I will just add to the conversation the fact that almost no men have to contemplate having a family as an either/or situation; women who intend to stay home with their children know that for the next 10-20 years, everything else will either be on hold or take a lower priority. even if you really, really want to have children, that can be hard to face.

generally, men don't have to choose between a profession they love and having a family; they can have both.

here's another example of where an extended family could be put to good use. mom might even be able to work, if grandma or auntie was available and willing to babysit. - rcb
posted by rebeccablood at 1:52 PM on June 15, 2001


fes: like that extra 10% salary?

I dunno yet, they keep taking it out in taxes :)

I always wondered about that, though - figure it this way: If women make 90% of every buck a man makes, wouldn't it make sense for every HR department in the nation to fire all the men, hire all women replacements and cut their payroll by 10% overnight? Any VP of HR that cut payroll 10 points without cutting staff would get a HUGE bonus.

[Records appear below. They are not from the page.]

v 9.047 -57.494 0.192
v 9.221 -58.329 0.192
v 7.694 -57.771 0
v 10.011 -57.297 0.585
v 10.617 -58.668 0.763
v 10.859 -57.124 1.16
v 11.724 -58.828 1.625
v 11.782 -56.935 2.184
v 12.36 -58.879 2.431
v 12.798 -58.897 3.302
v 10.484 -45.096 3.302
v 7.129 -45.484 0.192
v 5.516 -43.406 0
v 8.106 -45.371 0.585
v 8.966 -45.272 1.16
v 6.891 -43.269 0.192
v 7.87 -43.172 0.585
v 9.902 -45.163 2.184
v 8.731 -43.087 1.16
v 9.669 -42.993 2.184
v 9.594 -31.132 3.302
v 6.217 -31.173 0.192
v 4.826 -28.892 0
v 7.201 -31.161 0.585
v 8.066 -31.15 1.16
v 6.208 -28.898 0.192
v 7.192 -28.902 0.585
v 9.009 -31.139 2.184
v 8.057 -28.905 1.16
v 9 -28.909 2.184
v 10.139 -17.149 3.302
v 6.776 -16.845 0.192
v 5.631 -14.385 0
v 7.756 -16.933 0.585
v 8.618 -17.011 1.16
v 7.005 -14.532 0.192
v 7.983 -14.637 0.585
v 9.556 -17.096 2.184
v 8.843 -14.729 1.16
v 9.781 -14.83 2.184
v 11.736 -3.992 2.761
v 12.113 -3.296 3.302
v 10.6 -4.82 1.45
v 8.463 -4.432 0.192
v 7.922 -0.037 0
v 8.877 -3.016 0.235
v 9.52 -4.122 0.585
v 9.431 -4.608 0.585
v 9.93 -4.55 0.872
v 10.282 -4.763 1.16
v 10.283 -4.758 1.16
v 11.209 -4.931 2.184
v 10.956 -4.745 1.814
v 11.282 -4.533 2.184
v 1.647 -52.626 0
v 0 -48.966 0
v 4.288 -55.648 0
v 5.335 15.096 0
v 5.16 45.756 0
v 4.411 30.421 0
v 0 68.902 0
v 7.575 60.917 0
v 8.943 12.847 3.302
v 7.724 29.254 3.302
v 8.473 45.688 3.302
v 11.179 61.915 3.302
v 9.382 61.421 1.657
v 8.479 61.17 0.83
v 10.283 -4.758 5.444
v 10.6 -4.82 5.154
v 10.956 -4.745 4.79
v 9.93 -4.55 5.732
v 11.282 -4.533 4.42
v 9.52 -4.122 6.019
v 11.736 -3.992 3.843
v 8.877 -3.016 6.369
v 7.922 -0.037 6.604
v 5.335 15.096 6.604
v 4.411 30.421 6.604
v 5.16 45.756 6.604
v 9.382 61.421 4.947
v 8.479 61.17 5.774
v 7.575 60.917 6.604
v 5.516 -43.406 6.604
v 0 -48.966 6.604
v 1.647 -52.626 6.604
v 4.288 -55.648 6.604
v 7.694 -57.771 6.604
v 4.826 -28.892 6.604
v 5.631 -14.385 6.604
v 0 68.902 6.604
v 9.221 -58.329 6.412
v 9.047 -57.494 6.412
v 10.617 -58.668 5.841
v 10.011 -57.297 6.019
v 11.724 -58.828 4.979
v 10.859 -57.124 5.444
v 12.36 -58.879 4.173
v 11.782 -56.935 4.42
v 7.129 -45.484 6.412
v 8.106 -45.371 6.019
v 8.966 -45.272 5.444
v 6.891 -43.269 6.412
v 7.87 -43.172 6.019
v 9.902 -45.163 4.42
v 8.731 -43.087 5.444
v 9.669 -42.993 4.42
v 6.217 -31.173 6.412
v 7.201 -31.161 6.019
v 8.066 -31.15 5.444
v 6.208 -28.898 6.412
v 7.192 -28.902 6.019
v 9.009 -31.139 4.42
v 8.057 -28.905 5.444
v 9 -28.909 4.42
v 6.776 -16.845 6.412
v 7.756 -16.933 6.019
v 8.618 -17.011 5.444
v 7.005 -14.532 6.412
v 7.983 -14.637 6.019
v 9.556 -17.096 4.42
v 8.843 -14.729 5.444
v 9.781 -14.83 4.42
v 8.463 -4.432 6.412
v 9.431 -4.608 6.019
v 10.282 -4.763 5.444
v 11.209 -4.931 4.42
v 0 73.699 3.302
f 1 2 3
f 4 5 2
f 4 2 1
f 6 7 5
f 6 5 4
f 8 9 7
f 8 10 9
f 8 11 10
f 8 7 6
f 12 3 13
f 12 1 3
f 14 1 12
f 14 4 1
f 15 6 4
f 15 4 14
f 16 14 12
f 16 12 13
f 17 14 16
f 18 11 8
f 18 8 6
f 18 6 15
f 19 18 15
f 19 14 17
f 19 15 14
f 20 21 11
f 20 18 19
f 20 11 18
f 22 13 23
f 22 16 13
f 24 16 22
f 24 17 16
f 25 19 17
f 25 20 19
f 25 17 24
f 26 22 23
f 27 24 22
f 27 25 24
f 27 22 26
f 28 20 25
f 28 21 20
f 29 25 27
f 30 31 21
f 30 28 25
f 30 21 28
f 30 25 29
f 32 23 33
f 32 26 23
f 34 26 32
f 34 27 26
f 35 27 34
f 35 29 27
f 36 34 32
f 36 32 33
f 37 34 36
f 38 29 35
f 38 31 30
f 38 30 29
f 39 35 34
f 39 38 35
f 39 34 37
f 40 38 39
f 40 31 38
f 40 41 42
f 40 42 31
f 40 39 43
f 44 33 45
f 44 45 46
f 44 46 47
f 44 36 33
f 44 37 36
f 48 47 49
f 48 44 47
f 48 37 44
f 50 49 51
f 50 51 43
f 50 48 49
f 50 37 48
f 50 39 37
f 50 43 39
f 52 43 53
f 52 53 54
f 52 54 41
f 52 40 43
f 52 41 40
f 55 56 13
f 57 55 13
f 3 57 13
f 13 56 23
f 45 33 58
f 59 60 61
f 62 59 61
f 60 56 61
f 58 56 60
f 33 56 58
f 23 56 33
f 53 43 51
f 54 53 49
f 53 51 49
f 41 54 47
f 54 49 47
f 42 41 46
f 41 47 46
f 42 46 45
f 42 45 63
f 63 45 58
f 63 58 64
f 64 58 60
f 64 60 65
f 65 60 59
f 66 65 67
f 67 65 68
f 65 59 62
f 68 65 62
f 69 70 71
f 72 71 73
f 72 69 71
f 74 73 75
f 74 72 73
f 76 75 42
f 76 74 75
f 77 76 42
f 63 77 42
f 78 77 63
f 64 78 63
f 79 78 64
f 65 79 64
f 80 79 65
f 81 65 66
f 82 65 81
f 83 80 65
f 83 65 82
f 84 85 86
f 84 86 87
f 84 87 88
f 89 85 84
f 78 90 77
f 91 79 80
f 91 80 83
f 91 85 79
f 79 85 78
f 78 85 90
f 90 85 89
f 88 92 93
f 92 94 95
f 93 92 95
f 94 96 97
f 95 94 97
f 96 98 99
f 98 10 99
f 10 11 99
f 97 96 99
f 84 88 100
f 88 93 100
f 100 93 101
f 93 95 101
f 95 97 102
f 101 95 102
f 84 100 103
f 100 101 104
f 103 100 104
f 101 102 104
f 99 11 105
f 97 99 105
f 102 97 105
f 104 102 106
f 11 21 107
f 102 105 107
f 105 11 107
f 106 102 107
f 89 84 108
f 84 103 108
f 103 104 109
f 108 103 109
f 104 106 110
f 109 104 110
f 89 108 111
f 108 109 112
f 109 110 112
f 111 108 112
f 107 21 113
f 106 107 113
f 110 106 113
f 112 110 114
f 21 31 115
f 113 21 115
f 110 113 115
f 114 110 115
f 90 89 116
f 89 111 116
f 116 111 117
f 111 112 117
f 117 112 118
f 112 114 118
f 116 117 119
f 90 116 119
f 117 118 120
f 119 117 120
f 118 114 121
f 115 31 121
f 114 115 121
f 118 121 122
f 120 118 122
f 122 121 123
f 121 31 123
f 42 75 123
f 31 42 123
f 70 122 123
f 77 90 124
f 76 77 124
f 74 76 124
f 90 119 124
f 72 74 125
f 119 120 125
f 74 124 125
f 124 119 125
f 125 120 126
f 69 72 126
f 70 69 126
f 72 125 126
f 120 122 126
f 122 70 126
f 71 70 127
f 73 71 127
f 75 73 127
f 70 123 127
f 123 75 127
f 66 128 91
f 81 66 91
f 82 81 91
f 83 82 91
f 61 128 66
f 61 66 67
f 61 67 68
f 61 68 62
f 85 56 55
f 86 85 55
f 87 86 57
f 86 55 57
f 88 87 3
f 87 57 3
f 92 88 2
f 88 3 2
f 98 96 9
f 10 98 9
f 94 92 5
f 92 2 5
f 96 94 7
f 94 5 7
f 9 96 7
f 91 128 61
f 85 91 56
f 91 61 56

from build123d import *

# Parameters (mm, degrees)
F1_DEPTH    = 6.604
F2_T2_ANGLE = 37.6266885083
F2_T4_ANGLE = 37.6266885083
F3_T1_DEPTH = 39.1771149622
F4_T2_ANGLE = 30.7081908039
F4_T4_ANGLE = 30.7081908039


# Not quite as in the source:
# - a fillet or chamfer that OpenCascade refuses, or shapes differently, is made with other operations: its cross-section is extruded or revolved along the edge and cut away or added
# - ends of sketch curves that miss each other by under 0.0002 mm in the source are joined


with BuildPart() as f1:
    # F0 (on Top) → F1 (new body)
    with BuildSketch(Plane.XY):
        with BuildLine():
            Line((0, 76.2824639678), (0, 0))
            Line((0, 0), (13.1280263886, 0))
            ThreePointArc((13.1280263886, 0), (9.4882529844, 31.2224067748), (13.1280263886, 62.4448174897))
            Line((13.1280263886, 62.4448174897), (0, 76.2824639678))
        make_face()
        with BuildLine():
            Line((13.1280263886, 0), (0, 0))
            Line((0, 0), (0, -48.9660091698))
            ThreePointArc((0, -48.9660091698), (4.8963223511, -56.1371050306), (13.1280263886, -58.900732547))
            ThreePointArc((13.1280263886, -58.900732547), (9.9051564545, -29.4503682436), (13.1280263886, 0))
        make_face()
    extrude(amount=F1_DEPTH)

    # F2: chamfer of 5.08 on 2 edges, made by hand

    # F2_s1 → F2_t2 (revolve, cut)
    with BuildSketch(Plane(origin=(5.5719325615, -16.3549575283, 0), x_dir=(0, 0, 1), z_dir=(0.3224861622, -0.9465741784, 0))):
        Polygon((1.524, -11.7983946988), (6.604, -6.7183946988), (6.604, -11.7983946988), align=None)
    revolve(axis=Axis((145.2229057415, 31.2224087449, 6.604), (0, 0, -1)), revolution_arc=F2_T2_ANGLE, mode=Mode.SUBTRACT)

    # F2_s3 → F2_t4 (revolve, cut)
    with BuildSketch(Plane(origin=(5.5719325615, -16.3549575283, 0), x_dir=(0, 0, 1), z_dir=(0.3224861622, -0.9465741784, 0))):
        Polygon((5.08, -11.7983946988), (0, -6.7183946988), (0, -11.7983946988), align=None)
    revolve(axis=Axis((145.2229057415, 31.2224087449, 0), (0, 0, -1)), revolution_arc=F2_T4_ANGLE, mode=Mode.SUBTRACT)

    # F3: chamfer of 5.08 on 2 edges, made by hand

    # F3_s2 → F3_t1 (cut)
    with BuildSketch(Plane(origin=(-20.115918924, 21.2032613595, 0), x_dir=(0, 0, 1), z_dir=(-0.6882605094, 0.725463625, 0))):
        Polygon((5.08, 52.5022075061), (0, 47.4222075061), (0, 52.5022075061), align=None)
        Polygon((1.524, 52.5022075061), (6.604, 47.4222075061), (6.604, 52.5022075061), align=None)
    extrude(amount=F3_T1_DEPTH, mode=Mode.SUBTRACT)

    # F4: fillet of radius 5.08 on 2 edges, made by hand

    # F4_s1 → F4_t2 (revolve, cut)
    with BuildSketch(Plane(origin=(22.2878822439, -69.2757873609, 0), x_dir=(0, 0, 1), z_dir=(0.3062665426, -0.9519457994, 0))):
        with BuildLine():
            ThreePointArc((6.604, 11.2139897709), (5.1161024484, 7.6218873224), (1.524, 6.1339897709))
            Line((1.524, 6.1339897709), (6.604, 6.1339897709))
            Line((6.604, 6.1339897709), (6.604, 11.2139897709))
        make_face()
    revolve(axis=Axis((146.0743134808, -29.4503662735, 6.604), (0, 0, -1)), revolution_arc=F4_T2_ANGLE, mode=Mode.SUBTRACT)

    # F4_s3 → F4_t4 (revolve, cut)
    with BuildSketch(Plane(origin=(22.2878822439, -69.2757873609, 0), x_dir=(0, 0, 1), z_dir=(0.3062665426, -0.9519457994, 0))):
        with BuildLine():
            ThreePointArc((0, 11.2139897709), (1.4878975516, 7.6218873224), (5.08, 6.1339897709))
            Line((5.08, 6.1339897709), (0, 6.1339897709))
            Line((0, 6.1339897709), (0, 11.2139897709))
        make_face()
    revolve(axis=Axis((146.0743134808, -29.4503662735, 0), (0, 0, -1)), revolution_arc=F4_T4_ANGLE, mode=Mode.SUBTRACT)


solid = f1.part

I think that maybe there are other factors than sex that force that number down, if it's true at all.
posted by UncleFes at 1:56 PM on June 15, 2001


(for one thing, I think men are more comfortable asking for a high salary than many women are; you have the most negotiating power when they've offered you the job and before you've accepted - more than you ever will again. if you come in higher then, you'll stay in front. even in yearly reviews, I think women are less likely than men to ask for a hefty raise. )
posted by rebeccablood at 2:05 PM on June 15, 2001


rebecca: yes, i am saying that women earn on broad average 70% of what men do; and, controlling for various factors such as career choice, prestige of college, and so on, women earn 90% of what men do. i sold back my book from psychology of gender sadly, so i can't add much more than what i have off the top of my head.

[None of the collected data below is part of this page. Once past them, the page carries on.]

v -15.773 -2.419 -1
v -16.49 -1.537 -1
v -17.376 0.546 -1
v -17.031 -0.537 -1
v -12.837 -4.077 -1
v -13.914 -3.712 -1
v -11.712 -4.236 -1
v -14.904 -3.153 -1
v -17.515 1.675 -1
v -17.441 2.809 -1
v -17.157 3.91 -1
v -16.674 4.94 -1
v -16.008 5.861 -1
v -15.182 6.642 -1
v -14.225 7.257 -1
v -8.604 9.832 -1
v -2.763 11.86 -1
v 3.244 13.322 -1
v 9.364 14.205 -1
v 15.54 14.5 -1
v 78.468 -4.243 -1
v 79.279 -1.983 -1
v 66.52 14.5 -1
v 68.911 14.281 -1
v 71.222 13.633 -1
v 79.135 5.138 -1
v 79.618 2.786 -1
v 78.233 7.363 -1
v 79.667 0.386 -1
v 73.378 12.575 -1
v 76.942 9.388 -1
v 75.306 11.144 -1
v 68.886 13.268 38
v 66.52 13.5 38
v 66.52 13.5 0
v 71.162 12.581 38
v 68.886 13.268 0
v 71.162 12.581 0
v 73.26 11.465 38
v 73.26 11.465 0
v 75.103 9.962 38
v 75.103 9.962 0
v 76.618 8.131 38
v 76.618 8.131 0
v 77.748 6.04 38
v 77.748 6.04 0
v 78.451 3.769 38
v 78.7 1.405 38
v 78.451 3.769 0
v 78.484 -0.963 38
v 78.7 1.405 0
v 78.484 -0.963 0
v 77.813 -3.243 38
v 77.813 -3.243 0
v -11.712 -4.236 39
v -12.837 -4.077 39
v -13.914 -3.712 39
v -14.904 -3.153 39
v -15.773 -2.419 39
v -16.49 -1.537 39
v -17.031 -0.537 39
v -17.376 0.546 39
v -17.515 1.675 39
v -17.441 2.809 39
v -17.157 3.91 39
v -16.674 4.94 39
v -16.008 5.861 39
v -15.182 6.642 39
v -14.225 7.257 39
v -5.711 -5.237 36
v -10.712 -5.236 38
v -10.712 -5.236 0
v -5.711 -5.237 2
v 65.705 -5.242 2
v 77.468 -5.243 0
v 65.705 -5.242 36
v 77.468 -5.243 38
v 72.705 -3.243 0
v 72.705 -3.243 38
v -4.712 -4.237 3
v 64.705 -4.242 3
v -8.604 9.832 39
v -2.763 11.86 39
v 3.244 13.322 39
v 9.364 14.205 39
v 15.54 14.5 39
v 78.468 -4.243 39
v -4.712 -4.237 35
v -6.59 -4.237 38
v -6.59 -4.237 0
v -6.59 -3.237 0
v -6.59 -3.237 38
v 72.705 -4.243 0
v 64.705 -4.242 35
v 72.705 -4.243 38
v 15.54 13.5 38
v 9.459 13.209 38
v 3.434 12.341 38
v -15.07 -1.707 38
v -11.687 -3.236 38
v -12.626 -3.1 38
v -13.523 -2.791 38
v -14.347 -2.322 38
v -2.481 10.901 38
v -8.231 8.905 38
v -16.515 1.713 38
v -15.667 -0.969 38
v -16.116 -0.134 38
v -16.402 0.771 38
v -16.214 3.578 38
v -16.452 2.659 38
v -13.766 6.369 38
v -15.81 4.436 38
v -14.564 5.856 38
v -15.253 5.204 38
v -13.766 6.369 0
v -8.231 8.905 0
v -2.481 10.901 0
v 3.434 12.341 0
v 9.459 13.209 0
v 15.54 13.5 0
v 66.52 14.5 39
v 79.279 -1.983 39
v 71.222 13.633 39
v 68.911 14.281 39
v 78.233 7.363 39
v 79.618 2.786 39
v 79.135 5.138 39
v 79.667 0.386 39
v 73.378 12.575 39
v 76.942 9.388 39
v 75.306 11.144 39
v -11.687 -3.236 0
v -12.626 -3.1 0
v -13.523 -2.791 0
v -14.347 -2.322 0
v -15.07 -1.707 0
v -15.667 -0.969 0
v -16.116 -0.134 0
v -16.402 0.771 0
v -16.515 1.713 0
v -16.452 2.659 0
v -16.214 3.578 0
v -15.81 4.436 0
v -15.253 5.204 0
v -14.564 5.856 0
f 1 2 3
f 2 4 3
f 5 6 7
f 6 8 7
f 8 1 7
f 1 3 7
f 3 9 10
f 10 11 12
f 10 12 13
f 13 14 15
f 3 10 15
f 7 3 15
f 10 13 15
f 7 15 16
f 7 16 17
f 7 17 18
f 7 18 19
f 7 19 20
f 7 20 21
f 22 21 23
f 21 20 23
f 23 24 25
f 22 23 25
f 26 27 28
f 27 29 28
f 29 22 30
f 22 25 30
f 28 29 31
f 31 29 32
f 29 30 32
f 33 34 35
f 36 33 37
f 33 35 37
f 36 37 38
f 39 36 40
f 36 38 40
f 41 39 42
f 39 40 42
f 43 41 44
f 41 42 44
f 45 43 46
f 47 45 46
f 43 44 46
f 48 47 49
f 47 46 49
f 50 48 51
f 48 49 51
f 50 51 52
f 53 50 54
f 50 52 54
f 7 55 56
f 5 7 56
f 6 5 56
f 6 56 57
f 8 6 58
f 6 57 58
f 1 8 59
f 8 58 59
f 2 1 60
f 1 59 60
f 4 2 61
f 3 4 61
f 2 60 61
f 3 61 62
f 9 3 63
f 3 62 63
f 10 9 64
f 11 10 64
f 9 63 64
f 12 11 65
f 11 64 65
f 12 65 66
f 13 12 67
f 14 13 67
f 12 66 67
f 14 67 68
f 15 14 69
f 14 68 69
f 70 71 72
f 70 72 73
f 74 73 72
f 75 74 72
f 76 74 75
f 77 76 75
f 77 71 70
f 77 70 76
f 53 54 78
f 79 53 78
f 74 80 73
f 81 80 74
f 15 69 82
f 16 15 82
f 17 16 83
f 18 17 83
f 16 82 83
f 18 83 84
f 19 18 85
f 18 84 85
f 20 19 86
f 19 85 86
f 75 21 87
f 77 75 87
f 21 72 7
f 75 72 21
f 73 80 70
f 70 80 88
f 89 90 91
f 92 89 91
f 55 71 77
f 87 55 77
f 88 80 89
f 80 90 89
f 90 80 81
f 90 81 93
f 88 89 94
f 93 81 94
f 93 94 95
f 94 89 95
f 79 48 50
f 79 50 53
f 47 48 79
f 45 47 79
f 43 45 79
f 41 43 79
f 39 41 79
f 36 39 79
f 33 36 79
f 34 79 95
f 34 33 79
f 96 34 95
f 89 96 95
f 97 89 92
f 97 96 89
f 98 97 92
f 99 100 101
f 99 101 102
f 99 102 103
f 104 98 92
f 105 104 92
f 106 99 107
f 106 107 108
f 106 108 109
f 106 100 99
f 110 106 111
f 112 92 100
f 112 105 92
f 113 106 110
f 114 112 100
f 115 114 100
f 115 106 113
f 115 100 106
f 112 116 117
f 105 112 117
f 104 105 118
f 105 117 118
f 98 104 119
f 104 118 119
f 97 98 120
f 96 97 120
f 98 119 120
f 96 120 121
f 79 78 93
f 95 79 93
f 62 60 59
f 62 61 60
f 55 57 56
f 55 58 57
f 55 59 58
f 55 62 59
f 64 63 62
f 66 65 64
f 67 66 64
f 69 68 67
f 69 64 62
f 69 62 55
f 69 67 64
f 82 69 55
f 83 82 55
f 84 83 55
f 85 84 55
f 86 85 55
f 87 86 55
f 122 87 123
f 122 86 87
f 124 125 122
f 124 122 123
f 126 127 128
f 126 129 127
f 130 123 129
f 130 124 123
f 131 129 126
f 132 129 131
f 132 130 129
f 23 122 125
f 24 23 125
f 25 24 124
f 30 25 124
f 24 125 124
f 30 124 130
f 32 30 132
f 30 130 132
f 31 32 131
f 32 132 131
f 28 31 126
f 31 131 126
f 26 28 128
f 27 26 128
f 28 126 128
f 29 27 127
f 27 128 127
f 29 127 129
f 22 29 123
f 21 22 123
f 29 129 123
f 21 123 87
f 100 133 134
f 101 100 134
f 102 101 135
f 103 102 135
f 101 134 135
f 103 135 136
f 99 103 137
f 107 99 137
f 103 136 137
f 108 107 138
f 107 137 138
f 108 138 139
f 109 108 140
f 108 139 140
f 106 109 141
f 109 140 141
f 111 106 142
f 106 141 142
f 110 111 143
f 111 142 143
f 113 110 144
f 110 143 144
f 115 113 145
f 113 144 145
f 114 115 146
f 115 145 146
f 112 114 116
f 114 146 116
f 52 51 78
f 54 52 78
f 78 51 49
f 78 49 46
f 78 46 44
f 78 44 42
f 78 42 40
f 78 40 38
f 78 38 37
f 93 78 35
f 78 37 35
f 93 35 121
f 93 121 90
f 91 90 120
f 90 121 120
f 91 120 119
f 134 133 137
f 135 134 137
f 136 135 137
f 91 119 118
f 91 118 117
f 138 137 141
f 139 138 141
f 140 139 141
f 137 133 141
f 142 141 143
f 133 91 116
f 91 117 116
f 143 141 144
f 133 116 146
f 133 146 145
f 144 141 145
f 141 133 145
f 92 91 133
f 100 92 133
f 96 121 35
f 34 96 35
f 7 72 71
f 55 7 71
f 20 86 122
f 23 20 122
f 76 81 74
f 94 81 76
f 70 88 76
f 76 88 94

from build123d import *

# Parameters (mm, degrees)
BOSS_EXTRUDE1_DEPTH = 38
BOSS_EXTRUDE2_START = 1
BOSS_EXTRUDE2_DEPTH = 1
SKETCH3_W           = 90.179925192
SKETCH3_H           = 40
SKETCH3_W_2         = 69.416494059
SKETCH3_H_2         = 32
BOSS_EXTRUDE3_DEPTH = 1
CHAMFER1_SIZE       = 1


with BuildPart() as part:
    # Sketch1 → Boss-Extrude1 (new body)
    with BuildSketch(Plane.XY):
        with BuildLine():
            Line((66.52, 14.5), (15.54, 14.5))
            ThreePointArc((15.54, 14.5), (0.223169493, 12.66316181), (-14.225037528, 7.256815055))
            ThreePointArc((-14.225037528, 7.256815055), (-17.376400179, 0.546177113), (-11.711514098, -4.236375954))
            Line((-11.711514098, -4.236375954), (-6.590403043, -4.236765961))
            Line((-6.590403043, -4.236765961), (-6.590326886, -3.236765964))
            Line((-6.590326886, -3.236765964), (-11.687025279, -3.236377816))
            ThreePointArc((-11.687025279, -3.236377816), (-16.401861513, 0.77072863), (-13.765555848, 6.368627808))
            ThreePointArc((-13.765555848, 6.368627808), (0.459614785, 11.691517006), (15.54, 13.5))
            Line((15.54, 13.5), (66.52, 13.5))
            ThreePointArc((66.52, 13.5), (76.617843982, 8.130760845), (77.812974461, -3.243193847))
            Line((77.812974461, -3.243193847), (72.705055873, -3.242804844))
            Line((72.705055873, -3.242804844), (72.704979716, -4.242804841))
            Line((72.704979716, -4.242804841), (78.468410832, -4.243243765))
            ThreePointArc((78.468410832, -4.243243765), (77.633884428, 8.404811863), (66.52, 14.5))
        make_face()
    extrude(amount=BOSS_EXTRUDE1_DEPTH)

    # Sketch2 → Boss-Extrude2 (add)
    with BuildSketch(Plane(origin=(0, 0, 0), x_dir=(-1, 0, 0), z_dir=(0, 0, -1)).offset(BOSS_EXTRUDE2_START)):
        with BuildLine():
            Line((-72.704979716, -4.242804841), (6.590403043, -4.236765961))
            Line((6.590403043, -4.236765961), (11.711514098, -4.236375954))
            ThreePointArc((11.711514098, -4.236375954), (17.376400179, 0.546177113), (14.225037528, 7.256815055))
            ThreePointArc((14.225037528, 7.256815055), (-0.223169493, 12.66316181), (-15.54, 14.5))
            Line((-15.54, 14.5), (-66.52, 14.5))
            ThreePointArc((-66.52, 14.5), (-77.633884428, 8.404811863), (-78.468410832, -4.243243765))
            Line((-78.468410832, -4.243243765), (-72.704979716, -4.242804841))
        make_face()
    boss_extrude2 = extrude(amount=-BOSS_EXTRUDE2_DEPTH)

    # Mirror1: Boss-Extrude2 across plane
    add(boss_extrude2.mirror(Plane.XY.offset(19)))

    # Sketch3 → Boss-Extrude3 (add)
    with BuildSketch(Plane(origin=(-0.000322697, -4.23726784, 0), x_dir=(0.9999999971000731, -7.615677136513779e-05, 0), z_dir=(-7.615677136513779e-05, -0.9999999971000731, 0))):
        with Locations((33.378771161, 19)):
            Rectangle(SKETCH3_W, SKETCH3_H)
        with Locations((29.997055594, 19)):
            Rectangle(SKETCH3_W_2, SKETCH3_H_2, mode=Mode.SUBTRACT)
    extrude(amount=BOSS_EXTRUDE3_DEPTH)

    # Chamfer1
    chamfer1_edges = [part.edges().sort_by_distance(p)[0] for p in [
        (-11.711590255, -5.236375951, 19),
        (-4.711590275, -5.236909048, 19),
        (29.996656654, -5.239552316, 3),
        (29.996656654, -5.239552316, 35),
        (64.704903583, -5.242195584, 19),
        (78.468334676, -5.243243763, 19),
        (33.37837221, -5.239809857, 39),
        (33.37837221, -5.239809857, -1),
    ]]
    chamfer(chamfer1_edges, length=CHAMFER1_SIZE - 0.0001)  # a hair under: the kernel refuses the full size


solid = part.part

your idea of the extended family was very much in existence prior to WW2.
posted by moz at 2:06 PM on June 15, 2001


(not that it isn't now, but it was much more prevalent i should say)
posted by moz at 2:07 PM on June 15, 2001


I think the resulting child is also heavily dependent on the single parent (mother or father). My own mother was a single mom by no choice of her own, and successfully raised me to the point that I'm only a slightly irrational hysteric. But seriously, I never wanted for anything - and we were certainly not raking in the dough. She worked on the weekends at times, but she and I also did (and still do) millions of things as a family (which I think people tend to forget to do - 2 parents or not).
posted by owillis at 2:10 PM on June 15, 2001


no men have to contemplate having a family as an either/or situation

If their wife has access to a ob-gyn, they do. It takes two, you know. In fact, a woman has nearly sole custody over the final decision to start a family; she can stop one, or start one, without any, ahem, input, from her husband.

You're right, the decision as a man isn't "do I or don't I"; but as typical financial sponsor of the family, however, the decision to start a family is a big one - it means a huge addition to our responsibilities. That means less freedom to take bad paying but personally satisfying jobs; less freedom to tell the boss to shove it and walk out; more pressure to succeed in ways that translate into continually increasing salary; and less freedom to spend take-home pay as you see fit.

men are more comfortable asking for a high salary than many women are

I'm not sure that's true, nor am I sure that it's fixable if it is true.